• Activity: Once you reach the line containing "f 63 100 98" in the data below, restate each line word for word up to and including the one containing "f 223 222 235".

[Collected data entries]
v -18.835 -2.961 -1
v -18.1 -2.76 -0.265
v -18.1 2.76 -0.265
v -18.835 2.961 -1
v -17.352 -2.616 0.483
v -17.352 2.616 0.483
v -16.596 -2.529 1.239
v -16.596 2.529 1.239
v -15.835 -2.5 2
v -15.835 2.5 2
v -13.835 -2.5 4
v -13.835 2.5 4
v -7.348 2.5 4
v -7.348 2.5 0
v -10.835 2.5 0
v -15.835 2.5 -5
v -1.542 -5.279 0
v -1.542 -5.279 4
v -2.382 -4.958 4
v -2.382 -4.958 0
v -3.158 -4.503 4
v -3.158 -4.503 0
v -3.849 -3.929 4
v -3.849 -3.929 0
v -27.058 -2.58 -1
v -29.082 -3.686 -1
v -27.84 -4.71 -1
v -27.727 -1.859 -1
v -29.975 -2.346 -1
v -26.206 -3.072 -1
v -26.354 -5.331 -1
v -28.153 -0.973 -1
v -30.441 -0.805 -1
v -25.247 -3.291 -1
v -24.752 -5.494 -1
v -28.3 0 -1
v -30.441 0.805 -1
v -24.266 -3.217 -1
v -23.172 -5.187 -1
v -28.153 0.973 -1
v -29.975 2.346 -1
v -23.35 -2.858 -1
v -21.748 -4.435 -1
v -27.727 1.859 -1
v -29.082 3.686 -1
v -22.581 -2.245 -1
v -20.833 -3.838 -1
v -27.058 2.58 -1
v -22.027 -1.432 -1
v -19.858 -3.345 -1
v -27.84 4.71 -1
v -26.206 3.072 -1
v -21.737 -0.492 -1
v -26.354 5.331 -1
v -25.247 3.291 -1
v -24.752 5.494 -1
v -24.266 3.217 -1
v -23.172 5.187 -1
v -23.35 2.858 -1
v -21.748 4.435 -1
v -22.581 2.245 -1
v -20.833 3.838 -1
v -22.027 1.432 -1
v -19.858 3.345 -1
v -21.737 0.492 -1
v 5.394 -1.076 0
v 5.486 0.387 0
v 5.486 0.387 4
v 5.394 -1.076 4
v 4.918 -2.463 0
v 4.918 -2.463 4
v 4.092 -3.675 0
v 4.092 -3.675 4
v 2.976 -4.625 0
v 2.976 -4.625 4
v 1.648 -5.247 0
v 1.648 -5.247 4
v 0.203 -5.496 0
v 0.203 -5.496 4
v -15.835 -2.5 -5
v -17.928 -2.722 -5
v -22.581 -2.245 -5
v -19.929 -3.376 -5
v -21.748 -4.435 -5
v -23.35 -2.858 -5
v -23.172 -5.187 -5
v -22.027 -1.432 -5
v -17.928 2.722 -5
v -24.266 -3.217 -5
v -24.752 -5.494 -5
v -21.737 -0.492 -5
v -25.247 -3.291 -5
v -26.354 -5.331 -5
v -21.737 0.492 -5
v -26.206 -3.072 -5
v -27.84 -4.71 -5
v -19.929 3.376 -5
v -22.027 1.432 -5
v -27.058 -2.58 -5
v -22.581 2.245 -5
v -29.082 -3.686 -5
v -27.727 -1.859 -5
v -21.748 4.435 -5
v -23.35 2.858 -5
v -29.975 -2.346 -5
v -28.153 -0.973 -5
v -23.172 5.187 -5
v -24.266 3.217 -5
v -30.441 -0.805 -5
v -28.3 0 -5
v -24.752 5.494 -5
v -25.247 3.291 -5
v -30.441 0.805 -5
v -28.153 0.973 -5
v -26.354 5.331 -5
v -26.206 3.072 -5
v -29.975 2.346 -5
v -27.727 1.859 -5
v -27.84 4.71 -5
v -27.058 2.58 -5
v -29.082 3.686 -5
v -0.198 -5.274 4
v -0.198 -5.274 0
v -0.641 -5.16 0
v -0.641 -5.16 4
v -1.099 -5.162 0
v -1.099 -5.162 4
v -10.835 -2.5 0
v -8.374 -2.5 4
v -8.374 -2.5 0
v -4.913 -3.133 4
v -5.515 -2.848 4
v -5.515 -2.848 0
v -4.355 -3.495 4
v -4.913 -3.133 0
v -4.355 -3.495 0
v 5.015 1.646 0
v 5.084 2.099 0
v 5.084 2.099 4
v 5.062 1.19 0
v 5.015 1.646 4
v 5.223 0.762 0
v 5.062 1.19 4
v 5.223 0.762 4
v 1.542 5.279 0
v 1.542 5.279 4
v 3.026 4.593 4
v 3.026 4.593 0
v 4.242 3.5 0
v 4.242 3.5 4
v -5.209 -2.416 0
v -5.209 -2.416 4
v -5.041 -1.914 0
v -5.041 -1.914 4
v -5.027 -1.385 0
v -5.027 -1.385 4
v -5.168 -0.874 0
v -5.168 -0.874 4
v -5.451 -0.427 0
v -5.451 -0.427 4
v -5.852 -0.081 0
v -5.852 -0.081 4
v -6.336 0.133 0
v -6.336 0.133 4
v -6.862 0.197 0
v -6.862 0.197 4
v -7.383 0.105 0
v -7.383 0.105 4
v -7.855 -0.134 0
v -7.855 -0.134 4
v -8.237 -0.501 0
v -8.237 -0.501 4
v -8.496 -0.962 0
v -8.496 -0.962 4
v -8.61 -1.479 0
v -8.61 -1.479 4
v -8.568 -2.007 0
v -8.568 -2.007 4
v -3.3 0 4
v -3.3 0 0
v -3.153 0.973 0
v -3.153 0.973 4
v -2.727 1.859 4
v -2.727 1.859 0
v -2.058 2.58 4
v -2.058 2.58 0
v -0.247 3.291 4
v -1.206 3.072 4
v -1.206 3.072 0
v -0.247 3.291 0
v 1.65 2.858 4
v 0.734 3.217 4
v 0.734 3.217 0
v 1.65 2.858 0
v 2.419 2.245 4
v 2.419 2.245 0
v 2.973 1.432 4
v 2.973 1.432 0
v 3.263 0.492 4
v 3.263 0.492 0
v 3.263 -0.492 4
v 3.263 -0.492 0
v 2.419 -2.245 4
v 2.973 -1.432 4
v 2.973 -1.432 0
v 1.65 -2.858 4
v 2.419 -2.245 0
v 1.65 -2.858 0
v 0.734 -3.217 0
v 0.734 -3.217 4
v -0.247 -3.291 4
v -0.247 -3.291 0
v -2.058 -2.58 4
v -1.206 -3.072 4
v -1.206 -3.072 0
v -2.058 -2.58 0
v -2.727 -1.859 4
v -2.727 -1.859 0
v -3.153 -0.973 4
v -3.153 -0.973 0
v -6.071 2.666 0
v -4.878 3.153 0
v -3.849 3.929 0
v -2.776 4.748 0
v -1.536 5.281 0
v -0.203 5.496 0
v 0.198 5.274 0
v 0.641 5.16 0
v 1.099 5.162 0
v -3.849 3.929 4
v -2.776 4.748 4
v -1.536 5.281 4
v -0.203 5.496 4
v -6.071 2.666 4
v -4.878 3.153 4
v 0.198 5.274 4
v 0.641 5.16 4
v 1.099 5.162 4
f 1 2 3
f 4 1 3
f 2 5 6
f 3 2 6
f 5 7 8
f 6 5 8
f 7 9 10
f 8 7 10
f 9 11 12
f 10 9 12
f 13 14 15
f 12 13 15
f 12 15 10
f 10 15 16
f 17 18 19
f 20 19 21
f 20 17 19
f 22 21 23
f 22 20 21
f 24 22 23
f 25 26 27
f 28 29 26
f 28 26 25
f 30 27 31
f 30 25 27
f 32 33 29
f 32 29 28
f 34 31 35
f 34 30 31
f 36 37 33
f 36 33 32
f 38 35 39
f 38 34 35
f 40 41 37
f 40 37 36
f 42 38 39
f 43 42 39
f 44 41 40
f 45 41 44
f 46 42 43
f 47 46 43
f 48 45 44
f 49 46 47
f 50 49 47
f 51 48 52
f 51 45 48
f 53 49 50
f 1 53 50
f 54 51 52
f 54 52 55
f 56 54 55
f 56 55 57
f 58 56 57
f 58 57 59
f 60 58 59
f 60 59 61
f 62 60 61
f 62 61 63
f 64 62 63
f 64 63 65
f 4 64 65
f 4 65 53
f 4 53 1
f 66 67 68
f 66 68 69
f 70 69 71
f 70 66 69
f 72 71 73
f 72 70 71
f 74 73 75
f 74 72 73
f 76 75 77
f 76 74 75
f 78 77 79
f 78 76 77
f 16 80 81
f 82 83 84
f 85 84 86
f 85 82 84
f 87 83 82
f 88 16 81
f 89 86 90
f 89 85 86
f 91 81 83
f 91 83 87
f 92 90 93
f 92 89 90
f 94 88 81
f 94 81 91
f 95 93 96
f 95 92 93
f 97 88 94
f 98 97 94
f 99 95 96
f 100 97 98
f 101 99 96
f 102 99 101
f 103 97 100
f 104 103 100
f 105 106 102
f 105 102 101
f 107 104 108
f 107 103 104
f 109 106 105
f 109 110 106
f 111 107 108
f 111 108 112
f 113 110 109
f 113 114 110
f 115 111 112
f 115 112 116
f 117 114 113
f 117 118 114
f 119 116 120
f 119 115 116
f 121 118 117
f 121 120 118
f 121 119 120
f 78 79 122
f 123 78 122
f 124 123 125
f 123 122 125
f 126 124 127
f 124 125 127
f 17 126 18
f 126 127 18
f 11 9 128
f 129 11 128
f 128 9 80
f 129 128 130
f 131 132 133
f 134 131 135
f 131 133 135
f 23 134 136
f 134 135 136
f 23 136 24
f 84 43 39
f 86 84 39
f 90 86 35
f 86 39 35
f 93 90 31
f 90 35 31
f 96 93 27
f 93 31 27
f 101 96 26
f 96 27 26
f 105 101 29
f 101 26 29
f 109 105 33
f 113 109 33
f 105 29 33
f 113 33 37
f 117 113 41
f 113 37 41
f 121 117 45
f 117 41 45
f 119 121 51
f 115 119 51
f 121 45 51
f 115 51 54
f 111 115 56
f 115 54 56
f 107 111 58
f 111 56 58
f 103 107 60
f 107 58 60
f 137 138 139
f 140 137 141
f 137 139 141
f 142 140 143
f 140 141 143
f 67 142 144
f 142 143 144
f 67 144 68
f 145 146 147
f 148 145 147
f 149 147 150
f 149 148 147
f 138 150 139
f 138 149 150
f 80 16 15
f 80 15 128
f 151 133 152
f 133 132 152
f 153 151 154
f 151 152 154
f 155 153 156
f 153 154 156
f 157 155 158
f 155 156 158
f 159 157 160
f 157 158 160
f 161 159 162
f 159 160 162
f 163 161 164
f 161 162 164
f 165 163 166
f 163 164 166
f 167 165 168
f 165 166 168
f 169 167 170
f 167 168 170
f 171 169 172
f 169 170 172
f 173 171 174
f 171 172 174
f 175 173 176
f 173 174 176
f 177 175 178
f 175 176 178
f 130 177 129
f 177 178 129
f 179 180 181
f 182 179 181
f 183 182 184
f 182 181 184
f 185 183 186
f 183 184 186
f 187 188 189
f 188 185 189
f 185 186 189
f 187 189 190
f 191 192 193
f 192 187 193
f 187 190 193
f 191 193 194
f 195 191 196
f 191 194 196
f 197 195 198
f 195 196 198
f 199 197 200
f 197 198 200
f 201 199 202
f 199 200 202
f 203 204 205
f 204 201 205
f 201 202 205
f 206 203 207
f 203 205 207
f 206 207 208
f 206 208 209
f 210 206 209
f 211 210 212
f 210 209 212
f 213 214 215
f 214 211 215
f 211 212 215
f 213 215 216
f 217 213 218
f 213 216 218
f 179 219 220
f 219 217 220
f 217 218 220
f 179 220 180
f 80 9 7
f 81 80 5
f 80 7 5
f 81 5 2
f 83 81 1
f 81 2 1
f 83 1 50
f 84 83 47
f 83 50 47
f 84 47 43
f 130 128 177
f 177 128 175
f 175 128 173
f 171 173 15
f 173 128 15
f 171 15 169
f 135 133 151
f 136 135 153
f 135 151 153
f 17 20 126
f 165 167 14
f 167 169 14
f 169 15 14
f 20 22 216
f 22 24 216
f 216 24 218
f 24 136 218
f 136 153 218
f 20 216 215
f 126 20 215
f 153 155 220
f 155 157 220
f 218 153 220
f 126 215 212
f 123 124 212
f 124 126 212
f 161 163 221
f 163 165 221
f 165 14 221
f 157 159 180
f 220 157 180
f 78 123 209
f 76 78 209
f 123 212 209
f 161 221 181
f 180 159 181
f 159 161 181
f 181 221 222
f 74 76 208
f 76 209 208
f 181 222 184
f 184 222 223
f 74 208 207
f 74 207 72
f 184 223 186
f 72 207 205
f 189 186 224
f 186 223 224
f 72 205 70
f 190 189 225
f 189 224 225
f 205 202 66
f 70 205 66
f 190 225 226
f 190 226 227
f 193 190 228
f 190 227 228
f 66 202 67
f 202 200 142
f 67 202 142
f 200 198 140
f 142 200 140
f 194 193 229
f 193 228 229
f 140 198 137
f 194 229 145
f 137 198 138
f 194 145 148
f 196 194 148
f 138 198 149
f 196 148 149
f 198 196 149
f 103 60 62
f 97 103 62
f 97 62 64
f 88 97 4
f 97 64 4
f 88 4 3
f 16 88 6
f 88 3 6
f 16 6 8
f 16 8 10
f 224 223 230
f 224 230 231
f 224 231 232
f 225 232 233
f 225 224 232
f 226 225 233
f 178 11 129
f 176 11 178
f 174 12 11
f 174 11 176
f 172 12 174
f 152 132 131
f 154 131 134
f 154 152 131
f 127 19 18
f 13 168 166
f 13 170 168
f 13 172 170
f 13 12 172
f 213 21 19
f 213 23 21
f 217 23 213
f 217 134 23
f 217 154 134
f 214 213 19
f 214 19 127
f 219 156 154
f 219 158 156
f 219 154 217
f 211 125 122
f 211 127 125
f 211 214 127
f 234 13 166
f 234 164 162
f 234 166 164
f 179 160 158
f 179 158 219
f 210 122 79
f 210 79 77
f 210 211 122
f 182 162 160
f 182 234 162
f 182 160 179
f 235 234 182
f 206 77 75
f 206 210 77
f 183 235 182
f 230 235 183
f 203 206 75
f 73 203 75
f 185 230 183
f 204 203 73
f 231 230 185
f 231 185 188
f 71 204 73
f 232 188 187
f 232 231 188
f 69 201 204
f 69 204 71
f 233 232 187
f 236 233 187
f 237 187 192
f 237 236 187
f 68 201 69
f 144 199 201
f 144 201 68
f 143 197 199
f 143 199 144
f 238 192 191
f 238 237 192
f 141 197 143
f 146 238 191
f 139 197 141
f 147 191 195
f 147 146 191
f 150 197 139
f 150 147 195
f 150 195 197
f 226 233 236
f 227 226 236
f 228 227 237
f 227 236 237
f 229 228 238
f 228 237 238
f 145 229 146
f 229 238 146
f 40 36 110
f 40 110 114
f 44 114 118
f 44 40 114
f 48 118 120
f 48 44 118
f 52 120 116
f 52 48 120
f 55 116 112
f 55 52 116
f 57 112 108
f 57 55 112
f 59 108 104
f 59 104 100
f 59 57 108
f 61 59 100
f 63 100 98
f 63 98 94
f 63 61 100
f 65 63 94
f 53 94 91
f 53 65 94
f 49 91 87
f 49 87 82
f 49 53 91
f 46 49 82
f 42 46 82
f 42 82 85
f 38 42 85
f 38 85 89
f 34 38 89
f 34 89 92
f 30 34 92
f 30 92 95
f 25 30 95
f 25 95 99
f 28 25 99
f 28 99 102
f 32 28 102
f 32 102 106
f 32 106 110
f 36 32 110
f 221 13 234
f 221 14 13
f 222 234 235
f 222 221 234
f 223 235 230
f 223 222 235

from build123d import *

# Parameters (mm, degrees)
SKETCH_1_R          = 2
EXTRUDE_1_DEPTH     = 4
FILLET_1_R          = 10
FILLET_2_R          = 2
SKETCH_8_R          = 3.300000000000001
EXTRUDE_3_DEPTH     = 5
CHAMFER_1_SIZE      = 5
SKETCH_9_R          = 3.300000000000001
CUT_EXTRUDE_3_DEPTH = 5
CHAMFER_2_SIZE      = 5
SKETCH_10_R         = 5.5
SKETCH_10_R_2       = 3.3000000000000003
EXTRUDE_4_DEPTH     = 4
SKETCH_11_R         = 3.3000000000000007
CUT_EXTRUDE_4_DEPTH = 4
FILLET_3_R          = 5
SKETCH_12_R         = 1.7999999999999998
SKETCH_12_R_2       = 1.800000000000001
SKETCH_12_R_3       = 1.7999999999999972
SKETCH_12_R_4       = 1.8000000000000007
CUT_EXTRUDE_5_DEPTH = 10


with BuildPart() as part:
    # ｽｹｯﾁ1 → ﾎﾞｽ - 押し出し1 (new body)
    # profile 1 of 5: a face of its own
    with BuildSketch(Plane.XY):
        with BuildLine():
            ThreePointArc((-27.5, 2.1540659228538024), (-27.33345237791561, 2.333452377915602), (-27.15406592285381, 2.49999999999999))
            Line((-27.154065922853814, 2.499999999999997), (-27.499999999999996, 2.499999999999997))
            Line((-27.499999999999996, 2.499999999999997), (-27.499999999999996, 2.154065922853802))
        make_face()
    # profile 2 of 5: a face of its own
    with BuildSketch(Plane.XY):
        with BuildLine():
            Line((-27.5, -2.500000000000003), (-27.154065922853817, -2.500000000000003))
            ThreePointArc((-27.154065922853817, -2.499999999999992), (-27.333452377915613, -2.3334523779156044), (-27.5, -2.1540659228538055))
            Line((-27.5, -2.1540659228538055), (-27.5, -2.500000000000003))
        make_face()
    # profile 3 of 5: a face of its own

• Expected output:
f 63 100 98
f 63 98 94
f 63 61 100
f 65 63 94
f 53 94 91
f 53 65 94
f 49 91 87
f 49 87 82
f 49 53 91
f 46 49 82
f 42 46 82
f 42 82 85
f 38 42 85
f 38 85 89
f 34 38 89
f 34 89 92
f 30 34 92
f 30 92 95
f 25 30 95
f 25 95 99
f 28 25 99
f 28 99 102
f 32 28 102
f 32 102 106
f 32 106 110
f 36 32 110
f 221 13 234
f 221 14 13
f 222 234 235
f 222 221 234
f 223 235 230
f 223 222 235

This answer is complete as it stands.